* _Task to complete_: Each line from the line containing "v -15.316 17.102 2" through the last line of the entries is to be reproduced exactly as it stands.

[Saved data entries]
# # # # #
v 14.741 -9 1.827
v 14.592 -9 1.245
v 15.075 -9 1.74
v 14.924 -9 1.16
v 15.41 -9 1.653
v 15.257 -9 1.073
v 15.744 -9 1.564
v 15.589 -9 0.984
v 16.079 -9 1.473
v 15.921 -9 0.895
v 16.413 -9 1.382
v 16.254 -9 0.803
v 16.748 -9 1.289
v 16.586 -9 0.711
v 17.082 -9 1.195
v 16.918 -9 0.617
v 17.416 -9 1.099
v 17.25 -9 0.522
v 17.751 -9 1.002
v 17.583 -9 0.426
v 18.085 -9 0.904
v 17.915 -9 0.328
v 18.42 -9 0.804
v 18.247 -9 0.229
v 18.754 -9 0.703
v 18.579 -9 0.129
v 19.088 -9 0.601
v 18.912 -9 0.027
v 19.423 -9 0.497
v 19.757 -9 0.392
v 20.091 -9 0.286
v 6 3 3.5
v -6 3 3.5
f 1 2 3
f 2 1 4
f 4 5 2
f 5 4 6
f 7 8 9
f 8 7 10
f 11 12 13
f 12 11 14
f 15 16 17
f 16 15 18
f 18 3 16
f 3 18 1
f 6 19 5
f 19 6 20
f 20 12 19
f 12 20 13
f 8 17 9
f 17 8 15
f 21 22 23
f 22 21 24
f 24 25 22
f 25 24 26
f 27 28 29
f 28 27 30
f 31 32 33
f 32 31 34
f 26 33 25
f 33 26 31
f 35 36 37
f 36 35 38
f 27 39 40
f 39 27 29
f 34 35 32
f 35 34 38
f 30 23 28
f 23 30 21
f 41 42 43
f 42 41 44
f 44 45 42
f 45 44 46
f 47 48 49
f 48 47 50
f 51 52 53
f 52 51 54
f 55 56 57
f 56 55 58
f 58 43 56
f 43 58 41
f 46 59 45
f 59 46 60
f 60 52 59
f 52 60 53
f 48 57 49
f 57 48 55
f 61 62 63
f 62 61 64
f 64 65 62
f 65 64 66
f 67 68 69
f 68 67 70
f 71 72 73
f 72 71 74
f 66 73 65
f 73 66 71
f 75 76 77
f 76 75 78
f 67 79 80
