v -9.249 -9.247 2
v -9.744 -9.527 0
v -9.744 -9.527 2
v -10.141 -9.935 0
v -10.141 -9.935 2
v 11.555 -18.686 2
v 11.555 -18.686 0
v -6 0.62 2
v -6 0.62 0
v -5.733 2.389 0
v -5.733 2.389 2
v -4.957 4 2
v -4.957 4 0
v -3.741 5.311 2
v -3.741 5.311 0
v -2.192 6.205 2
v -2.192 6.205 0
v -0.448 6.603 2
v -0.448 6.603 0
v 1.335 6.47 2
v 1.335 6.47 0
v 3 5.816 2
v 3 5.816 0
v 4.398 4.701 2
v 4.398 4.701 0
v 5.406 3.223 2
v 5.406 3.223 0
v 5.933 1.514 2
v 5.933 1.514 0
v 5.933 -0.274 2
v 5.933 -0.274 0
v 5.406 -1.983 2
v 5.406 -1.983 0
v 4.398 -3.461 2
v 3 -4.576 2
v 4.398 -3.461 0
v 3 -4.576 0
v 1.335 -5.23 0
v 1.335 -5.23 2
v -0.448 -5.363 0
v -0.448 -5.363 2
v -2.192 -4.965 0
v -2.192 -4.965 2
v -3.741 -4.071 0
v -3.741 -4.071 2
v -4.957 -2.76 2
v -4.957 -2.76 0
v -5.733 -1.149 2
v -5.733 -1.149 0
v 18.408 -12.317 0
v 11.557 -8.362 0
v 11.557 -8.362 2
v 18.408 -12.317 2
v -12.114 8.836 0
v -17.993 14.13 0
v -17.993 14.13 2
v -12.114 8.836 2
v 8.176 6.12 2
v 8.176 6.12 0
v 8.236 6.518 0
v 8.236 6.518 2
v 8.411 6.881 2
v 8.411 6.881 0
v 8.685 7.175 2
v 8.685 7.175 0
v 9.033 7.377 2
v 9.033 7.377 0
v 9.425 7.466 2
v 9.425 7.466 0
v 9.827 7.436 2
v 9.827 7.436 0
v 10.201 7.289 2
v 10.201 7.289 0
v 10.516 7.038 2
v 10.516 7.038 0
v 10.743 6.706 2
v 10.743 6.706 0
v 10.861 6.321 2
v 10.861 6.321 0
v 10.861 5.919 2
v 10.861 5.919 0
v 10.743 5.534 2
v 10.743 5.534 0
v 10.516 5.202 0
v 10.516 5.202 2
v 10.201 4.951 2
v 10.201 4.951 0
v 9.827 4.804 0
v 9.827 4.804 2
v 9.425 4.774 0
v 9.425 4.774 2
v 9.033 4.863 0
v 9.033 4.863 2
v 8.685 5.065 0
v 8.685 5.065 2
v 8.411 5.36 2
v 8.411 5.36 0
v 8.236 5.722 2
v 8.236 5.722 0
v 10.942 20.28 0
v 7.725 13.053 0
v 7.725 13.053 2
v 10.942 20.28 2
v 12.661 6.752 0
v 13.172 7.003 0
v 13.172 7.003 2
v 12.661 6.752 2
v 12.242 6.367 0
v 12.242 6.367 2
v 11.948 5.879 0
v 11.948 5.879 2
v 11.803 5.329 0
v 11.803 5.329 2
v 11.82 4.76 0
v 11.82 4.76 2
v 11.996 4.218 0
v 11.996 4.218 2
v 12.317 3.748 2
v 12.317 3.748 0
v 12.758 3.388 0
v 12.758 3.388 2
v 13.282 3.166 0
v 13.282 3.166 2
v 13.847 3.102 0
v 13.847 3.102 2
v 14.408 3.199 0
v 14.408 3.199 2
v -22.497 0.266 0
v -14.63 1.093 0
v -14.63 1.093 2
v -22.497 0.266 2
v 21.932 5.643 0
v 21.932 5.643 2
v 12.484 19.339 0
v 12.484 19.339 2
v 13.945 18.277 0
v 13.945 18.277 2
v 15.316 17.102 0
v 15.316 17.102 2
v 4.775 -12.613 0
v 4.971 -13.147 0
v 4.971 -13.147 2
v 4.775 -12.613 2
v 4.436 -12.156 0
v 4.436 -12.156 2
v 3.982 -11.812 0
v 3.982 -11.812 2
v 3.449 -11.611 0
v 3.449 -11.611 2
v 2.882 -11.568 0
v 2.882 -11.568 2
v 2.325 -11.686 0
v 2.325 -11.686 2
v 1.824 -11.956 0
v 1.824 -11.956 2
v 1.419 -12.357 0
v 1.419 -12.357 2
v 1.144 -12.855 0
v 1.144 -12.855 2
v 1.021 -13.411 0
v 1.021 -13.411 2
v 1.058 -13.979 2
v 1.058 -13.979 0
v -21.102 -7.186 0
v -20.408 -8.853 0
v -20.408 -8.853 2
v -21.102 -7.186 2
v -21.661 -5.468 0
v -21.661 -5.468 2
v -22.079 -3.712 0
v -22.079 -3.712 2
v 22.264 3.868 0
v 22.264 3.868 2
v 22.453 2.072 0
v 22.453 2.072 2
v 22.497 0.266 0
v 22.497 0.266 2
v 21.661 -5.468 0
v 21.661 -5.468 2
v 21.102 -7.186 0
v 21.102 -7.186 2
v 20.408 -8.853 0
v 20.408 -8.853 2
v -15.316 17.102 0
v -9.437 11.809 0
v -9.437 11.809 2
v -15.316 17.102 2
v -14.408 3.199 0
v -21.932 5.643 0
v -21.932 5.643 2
# # # # #
* _Output for this exercise_:
v -15.316 17.102 2
v -14.408 3.199 0
v -21.932 5.643 0
v -21.932 5.643 2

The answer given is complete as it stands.